Argentina
February 26, 2026

Solar PV prices rebound in Argentina as China ends subsidies

As China phases out export tax rebates and excess manufacturing capacity, solar PV prices rebound by around 20% in Q1 2026. Yet for Argentina, rising grid tariffs are making distributed generation more strategic than ever.
By Strategic Energy

By Strategic Energy

February 26, 2026
solar

BGH Eco Smart has analysed that the solar market is undergoing a consolidation phase, characterised by pricing more closely aligned with industrial fundamentals and long-term corporate decision-making.

The global solar PV market has reached a turning point. What was anticipated at the end of last year is now a reality: the era of artificially low solar panel prices has come to an end. The Chinese government’s decision to eliminate VAT export rebates and reduce excess manufacturing capacity is already impacting international price lists.

However, for the Argentine market, this scenario presents a positive paradox: it has never been more strategic to invest in distributed generation than in this first quarter of 2026. In a context where energy security and long-term cost savings are top priorities, short-term volatility in specific equipment pricing becomes secondary to the sharp rise in local electricity tariffs.

1. Towards a market of real prices

The price correction — around 20% in Q1 2026 — reflects a necessary stabilisation of the global industry. For years, oversupply and cross-subsidies kept costs below sustainable levels, leading to factory closures and unfair competition that affected the broader renewable energy supply chain.

“What we are witnessing is not a crisis, but a return to cost rationality. We are leaving behind a period of subsidised pricing and entering a market defined by real values, technological quality and long-term manufacturer sustainability,” explained Diego Simondi, Chief Executive Officer of BGH Eco Smart.

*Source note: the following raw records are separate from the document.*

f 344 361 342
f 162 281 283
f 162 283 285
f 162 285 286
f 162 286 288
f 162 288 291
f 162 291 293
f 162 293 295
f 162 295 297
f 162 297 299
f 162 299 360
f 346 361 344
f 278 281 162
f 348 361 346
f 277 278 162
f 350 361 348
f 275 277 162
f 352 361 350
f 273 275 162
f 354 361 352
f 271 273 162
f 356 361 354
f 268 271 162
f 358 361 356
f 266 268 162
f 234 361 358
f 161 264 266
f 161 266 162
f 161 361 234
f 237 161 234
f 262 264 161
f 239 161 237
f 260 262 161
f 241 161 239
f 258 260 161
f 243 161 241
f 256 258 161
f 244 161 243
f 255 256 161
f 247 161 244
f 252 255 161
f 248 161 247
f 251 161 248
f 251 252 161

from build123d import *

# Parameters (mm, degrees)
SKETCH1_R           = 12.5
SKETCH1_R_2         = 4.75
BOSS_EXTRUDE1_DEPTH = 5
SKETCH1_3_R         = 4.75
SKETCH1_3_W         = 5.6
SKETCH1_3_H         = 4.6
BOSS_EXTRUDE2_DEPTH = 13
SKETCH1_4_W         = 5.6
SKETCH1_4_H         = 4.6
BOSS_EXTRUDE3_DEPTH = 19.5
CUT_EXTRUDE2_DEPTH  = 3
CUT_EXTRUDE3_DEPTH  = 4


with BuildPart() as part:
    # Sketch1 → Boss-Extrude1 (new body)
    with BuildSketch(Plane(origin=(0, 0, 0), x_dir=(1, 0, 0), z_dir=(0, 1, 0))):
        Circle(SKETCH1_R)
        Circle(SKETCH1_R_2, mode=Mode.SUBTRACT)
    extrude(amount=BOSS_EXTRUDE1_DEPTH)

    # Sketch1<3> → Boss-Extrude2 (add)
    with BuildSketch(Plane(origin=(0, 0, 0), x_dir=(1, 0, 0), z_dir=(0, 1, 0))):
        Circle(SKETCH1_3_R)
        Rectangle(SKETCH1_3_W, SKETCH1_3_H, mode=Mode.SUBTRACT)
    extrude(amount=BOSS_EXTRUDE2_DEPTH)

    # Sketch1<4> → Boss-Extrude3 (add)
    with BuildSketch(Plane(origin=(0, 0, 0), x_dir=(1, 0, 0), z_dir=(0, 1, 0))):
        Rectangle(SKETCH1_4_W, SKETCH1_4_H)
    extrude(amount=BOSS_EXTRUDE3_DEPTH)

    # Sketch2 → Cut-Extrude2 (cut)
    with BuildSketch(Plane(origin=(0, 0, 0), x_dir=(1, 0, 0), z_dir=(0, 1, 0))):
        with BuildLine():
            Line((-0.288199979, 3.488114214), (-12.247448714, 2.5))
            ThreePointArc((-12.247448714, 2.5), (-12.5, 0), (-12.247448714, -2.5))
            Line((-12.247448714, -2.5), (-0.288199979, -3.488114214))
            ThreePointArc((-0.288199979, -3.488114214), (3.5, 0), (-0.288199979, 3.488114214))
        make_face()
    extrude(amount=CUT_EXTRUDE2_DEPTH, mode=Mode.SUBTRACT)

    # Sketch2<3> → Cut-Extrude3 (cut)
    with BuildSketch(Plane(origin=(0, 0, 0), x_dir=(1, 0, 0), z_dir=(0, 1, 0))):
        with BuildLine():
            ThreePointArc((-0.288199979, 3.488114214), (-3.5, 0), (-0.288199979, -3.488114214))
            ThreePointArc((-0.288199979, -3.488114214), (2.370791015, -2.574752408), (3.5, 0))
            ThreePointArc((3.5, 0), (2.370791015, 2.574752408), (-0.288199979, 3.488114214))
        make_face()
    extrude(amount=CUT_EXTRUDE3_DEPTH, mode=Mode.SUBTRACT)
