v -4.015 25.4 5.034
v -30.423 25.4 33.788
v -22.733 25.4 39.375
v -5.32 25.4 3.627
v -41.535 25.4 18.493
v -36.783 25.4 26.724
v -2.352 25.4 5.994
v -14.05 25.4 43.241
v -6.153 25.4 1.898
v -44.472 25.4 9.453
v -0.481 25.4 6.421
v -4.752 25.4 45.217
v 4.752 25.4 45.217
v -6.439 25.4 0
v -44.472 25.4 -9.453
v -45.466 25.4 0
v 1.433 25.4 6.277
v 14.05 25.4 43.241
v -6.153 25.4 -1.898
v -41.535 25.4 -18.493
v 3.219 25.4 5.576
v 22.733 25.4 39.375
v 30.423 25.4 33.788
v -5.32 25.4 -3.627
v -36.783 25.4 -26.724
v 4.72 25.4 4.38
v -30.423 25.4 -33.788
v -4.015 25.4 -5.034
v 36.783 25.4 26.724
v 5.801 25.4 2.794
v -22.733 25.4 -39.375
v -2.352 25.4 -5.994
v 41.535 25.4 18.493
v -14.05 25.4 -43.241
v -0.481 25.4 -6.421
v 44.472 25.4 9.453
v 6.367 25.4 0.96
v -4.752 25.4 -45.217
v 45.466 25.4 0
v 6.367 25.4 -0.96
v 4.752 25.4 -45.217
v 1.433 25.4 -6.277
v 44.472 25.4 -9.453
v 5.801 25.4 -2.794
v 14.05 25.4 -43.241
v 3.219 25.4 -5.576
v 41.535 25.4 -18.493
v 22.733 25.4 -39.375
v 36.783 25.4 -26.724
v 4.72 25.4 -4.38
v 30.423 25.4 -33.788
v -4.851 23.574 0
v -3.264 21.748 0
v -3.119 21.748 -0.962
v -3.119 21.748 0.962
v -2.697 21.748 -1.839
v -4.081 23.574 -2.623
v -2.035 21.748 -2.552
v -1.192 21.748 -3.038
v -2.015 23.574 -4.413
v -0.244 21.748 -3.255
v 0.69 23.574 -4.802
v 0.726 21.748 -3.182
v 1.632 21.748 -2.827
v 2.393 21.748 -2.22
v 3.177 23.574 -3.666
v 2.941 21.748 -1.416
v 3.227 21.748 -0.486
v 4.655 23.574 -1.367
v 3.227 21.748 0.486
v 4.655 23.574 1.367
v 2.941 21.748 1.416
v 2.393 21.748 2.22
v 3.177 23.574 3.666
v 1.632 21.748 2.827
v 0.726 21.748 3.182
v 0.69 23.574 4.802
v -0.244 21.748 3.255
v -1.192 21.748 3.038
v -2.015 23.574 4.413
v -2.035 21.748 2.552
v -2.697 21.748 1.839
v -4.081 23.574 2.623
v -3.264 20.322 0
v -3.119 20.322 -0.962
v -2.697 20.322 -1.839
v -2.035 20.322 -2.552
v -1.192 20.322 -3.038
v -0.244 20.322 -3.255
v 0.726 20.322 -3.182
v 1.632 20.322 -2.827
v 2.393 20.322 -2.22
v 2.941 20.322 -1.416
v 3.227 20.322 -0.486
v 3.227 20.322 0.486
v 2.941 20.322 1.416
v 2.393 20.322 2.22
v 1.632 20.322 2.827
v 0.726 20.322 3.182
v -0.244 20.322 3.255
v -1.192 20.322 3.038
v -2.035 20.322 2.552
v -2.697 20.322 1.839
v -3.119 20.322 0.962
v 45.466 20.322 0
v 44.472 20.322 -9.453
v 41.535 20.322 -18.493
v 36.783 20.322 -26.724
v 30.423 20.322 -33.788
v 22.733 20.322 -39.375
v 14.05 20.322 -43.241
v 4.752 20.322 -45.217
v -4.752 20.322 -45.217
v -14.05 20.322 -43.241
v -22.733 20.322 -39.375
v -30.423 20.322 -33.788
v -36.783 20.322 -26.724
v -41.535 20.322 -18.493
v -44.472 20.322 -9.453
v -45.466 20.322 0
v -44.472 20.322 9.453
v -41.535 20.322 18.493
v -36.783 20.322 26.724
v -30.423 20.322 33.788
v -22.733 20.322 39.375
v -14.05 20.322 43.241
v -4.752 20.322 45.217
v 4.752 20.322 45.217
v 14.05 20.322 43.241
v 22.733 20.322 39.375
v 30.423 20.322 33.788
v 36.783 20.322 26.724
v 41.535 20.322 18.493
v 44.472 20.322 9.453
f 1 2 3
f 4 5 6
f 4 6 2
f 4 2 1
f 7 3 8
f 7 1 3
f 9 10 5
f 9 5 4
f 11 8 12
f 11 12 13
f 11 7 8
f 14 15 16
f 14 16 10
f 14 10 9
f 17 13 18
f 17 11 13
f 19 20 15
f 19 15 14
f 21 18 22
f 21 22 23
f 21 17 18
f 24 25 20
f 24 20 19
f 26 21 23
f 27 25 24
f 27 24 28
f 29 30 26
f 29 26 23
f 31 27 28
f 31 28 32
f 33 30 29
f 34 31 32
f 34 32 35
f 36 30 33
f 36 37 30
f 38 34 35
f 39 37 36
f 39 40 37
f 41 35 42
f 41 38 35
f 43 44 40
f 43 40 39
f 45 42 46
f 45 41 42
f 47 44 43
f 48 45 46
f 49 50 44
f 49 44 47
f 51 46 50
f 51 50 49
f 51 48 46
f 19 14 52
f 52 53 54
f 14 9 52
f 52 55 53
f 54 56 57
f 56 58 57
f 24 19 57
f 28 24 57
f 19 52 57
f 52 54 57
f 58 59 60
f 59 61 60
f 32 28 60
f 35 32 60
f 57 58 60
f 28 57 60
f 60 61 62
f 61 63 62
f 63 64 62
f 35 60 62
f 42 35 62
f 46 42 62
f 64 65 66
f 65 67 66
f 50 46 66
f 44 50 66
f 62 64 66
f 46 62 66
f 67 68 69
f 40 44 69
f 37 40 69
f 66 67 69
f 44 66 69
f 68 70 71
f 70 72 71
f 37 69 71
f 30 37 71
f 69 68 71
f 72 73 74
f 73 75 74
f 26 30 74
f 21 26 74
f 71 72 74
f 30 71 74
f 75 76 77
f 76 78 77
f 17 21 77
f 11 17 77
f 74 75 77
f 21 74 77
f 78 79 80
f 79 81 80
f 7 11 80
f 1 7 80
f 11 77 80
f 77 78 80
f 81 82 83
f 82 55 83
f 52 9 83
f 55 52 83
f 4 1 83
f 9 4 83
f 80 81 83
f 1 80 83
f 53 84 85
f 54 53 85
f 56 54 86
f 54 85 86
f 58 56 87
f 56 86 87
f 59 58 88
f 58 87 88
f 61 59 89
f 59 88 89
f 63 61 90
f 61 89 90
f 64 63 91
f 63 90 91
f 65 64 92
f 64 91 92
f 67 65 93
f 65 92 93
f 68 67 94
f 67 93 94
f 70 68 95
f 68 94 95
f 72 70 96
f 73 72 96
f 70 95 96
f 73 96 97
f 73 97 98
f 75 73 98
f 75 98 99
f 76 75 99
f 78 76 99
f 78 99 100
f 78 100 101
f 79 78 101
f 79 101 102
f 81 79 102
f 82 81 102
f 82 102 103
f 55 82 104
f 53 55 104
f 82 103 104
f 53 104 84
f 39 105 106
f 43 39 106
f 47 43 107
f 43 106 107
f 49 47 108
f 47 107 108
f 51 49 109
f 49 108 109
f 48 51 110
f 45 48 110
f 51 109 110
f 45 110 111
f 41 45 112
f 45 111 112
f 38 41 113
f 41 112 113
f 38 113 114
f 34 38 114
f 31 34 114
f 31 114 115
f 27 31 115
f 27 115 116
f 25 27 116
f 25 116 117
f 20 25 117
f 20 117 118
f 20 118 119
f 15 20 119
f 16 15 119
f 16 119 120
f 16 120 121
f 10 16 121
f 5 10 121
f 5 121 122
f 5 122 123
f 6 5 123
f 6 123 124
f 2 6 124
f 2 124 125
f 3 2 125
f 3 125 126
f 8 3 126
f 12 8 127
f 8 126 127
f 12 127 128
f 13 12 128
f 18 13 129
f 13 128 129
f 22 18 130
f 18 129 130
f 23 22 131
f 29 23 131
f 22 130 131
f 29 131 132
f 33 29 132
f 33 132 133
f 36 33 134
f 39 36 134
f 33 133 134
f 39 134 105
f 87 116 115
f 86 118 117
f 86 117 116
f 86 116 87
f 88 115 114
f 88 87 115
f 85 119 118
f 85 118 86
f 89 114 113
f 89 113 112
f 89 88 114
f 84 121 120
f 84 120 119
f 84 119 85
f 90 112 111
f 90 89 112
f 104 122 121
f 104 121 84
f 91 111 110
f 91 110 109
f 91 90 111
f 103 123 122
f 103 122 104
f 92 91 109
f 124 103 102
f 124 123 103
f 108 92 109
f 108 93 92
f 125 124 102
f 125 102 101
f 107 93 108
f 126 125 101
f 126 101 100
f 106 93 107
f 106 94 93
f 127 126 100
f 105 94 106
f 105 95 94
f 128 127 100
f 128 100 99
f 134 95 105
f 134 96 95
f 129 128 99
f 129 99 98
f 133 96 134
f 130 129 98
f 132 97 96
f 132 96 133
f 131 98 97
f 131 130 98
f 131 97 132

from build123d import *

# Parameters (mm, degrees)
SKETCH1_R                                        = 45.466
BOSS_EXTRUDE1_DEPTH                              = 25.4
SKETCH3_R                                        = 20.32
CUT_EXTRUDE1_DEPTH                               = 12.7
CSK_FOR_1_4_FLAT_HEAD_MACHINE_SCREW1_D           = 6.5278
CSK_FOR_1_4_FLAT_HEAD_MACHINE_SCREW1_DEPTH       = 25.4
CSK_FOR_1_4_FLAT_HEAD_MACHINE_SCREW1_CSINK_D     = 12.8778
CSK_FOR_1_4_FLAT_HEAD_MACHINE_SCREW1_CSINK_ANGLE = 82
CSK_FOR_1_4_FLAT_HEAD_MACHINE_SCREW1_TIP         = 1.961148974
SKETCH9_R                                        = 53.031918303
CUT_EXTRUDE3_DEPTH                               = 20.322357613


with BuildPart() as part:
    # Sketch1 → Boss-Extrude1 (new body)
    with BuildSketch(Plane(origin=(0, 0, 0), x_dir=(1, 0, 0), z_dir=(0, 1, 0))):
        Circle(SKETCH1_R)
    extrude(amount=BOSS_EXTRUDE1_DEPTH)

    # Sketch3 → Cut-Extrude1 (cut)
    with BuildSketch(Plane.XZ):
        Circle(SKETCH3_R)
    extrude(amount=-CUT_EXTRUDE1_DEPTH, mode=Mode.SUBTRACT)

    # CSK for 1/4 Flat Head Machine Screw1
    with Locations(Plane(origin=(0, 25.4, 0), x_dir=(1, 0, 0), z_dir=(0, 1, 0))):
        with Locations((0, 0)):
            CounterSinkHole(CSK_FOR_1_4_FLAT_HEAD_MACHINE_SCREW1_D / 2, CSK_FOR_1_4_FLAT_HEAD_MACHINE_SCREW1_CSINK_D / 2, depth=CSK_FOR_1_4_FLAT_HEAD_MACHINE_SCREW1_DEPTH, counter_sink_angle=CSK_FOR_1_4_FLAT_HEAD_MACHINE_SCREW1_CSINK_ANGLE)
            with Locations((0, 0, -(CSK_FOR_1_4_FLAT_HEAD_MACHINE_SCREW1_DEPTH + CSK_FOR_1_4_FLAT_HEAD_MACHINE_SCREW1_TIP / 2))):  # 118° drill point
                Cone(0, CSK_FOR_1_4_FLAT_HEAD_MACHINE_SCREW1_D / 2, CSK_FOR_1_4_FLAT_HEAD_MACHINE_SCREW1_TIP, mode=Mode.SUBTRACT)

    # Sketch9 → Cut-Extrude3 (cut)
    with BuildSketch(Plane.XZ):
        Circle(SKETCH9_R)
    extrude(amount=-CUT_EXTRUDE3_DEPTH, mode=Mode.SUBTRACT)


solid = part.part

2. Argentina’s opportunity: energy tariffs vs solar investment

Although solar project CAPEX has increased due to international costs of silicon and silver, the equation in Argentina remains highly favourable. This adjustment effectively brings CAPEX levels back to 2023–2024 ranges. Meanwhile, the normalisation of electricity tariffs and the gradual removal of domestic subsidies have increased industrial operating costs at a faster pace than photovoltaic technology.

“Today, energy represents 30% or more of operating costs in many local industries. Even if solar panels rise in price due to exogenous factors such as Chinese fiscal policy, the investment payback remains attractive, because the cost of not generating your own energy is significantly higher,” said Simondi.

It is important to note that the 20% increase in module prices does not translate linearly into total project costs. Its impact varies depending on project scale:

Residential: Modules represent between 25% and 30% of total system costs. As a result, the final budget impact is limited to approximately 5% to 6%, given the higher relative weight of inverters, engineering and labour.

Commercial: With modules accounting for between 35% and 45% of total costs, the final installation price adjustment is around 8%.

Industrial: In large-scale projects, where modules represent between 50% and 60% of total CAPEX, the impact of the increase may reach up to 11%.

This context reinforces BGH Eco Smart’s strategy, which focuses not only on equipment supply but also on integrated business models. Whether through turnkey engineering, procurement and construction (EPC) solutions or energy sales schemes structured under Power Purchase Agreements (PPAs) — long-term electricity supply contracts — the company absorbs market complexity to provide certainty for large energy users.

3. Quality and storage: the new standard

The global adjustment also acts as a quality filter. The end of subsidies at origin is displacing inefficient manufacturers, leaving technological leaders in the market and ensuring that investments made this year are backed by stronger technical guarantees.

In addition, energy storage is playing an increasingly strategic role. With the reduction of export incentives for lithium batteries scheduled to begin in April and gradually extend through to 2027, the first quarter of 2026 represents a window of opportunity to integrate Battery Energy Storage Systems (BESS) before further supply chain adjustments take effect.

“We are seeing growing interest in hybrid solar-plus-storage solutions. It is no longer just about reducing electricity bills, but about ensuring grid quality and firm capacity in response to system instability. Companies making decisions today can secure cutting-edge technology before the storage price curve follows the upward trend of modules,” added the BGH Eco Smart executive.

4. Planning: the tool against speculation

Despite headlines, Argentina’s distributed generation market continues to advance. Key sectors such as agribusiness and manufacturing in Córdoba, Santa Fe and Buenos Aires remain at the forefront of demand.

BGH Eco Smart’s recommendation to the corporate sector is clear: planning is the best defence. With the complete elimination of Chinese export rebates expected by the end of this quarter, decisions taken now allow companies to mitigate impacts, secure stock, and fix costs ahead of the next potential price adjustment.

Conclusion: Solar technology has reached a level of maturity such that, even with these adjustments, it remains the most competitive and fastest-to-deploy source of new power generation. At BGH Eco Smart, the focus remains on flexible models that enable companies to turn this global challenge into a local competitive advantage.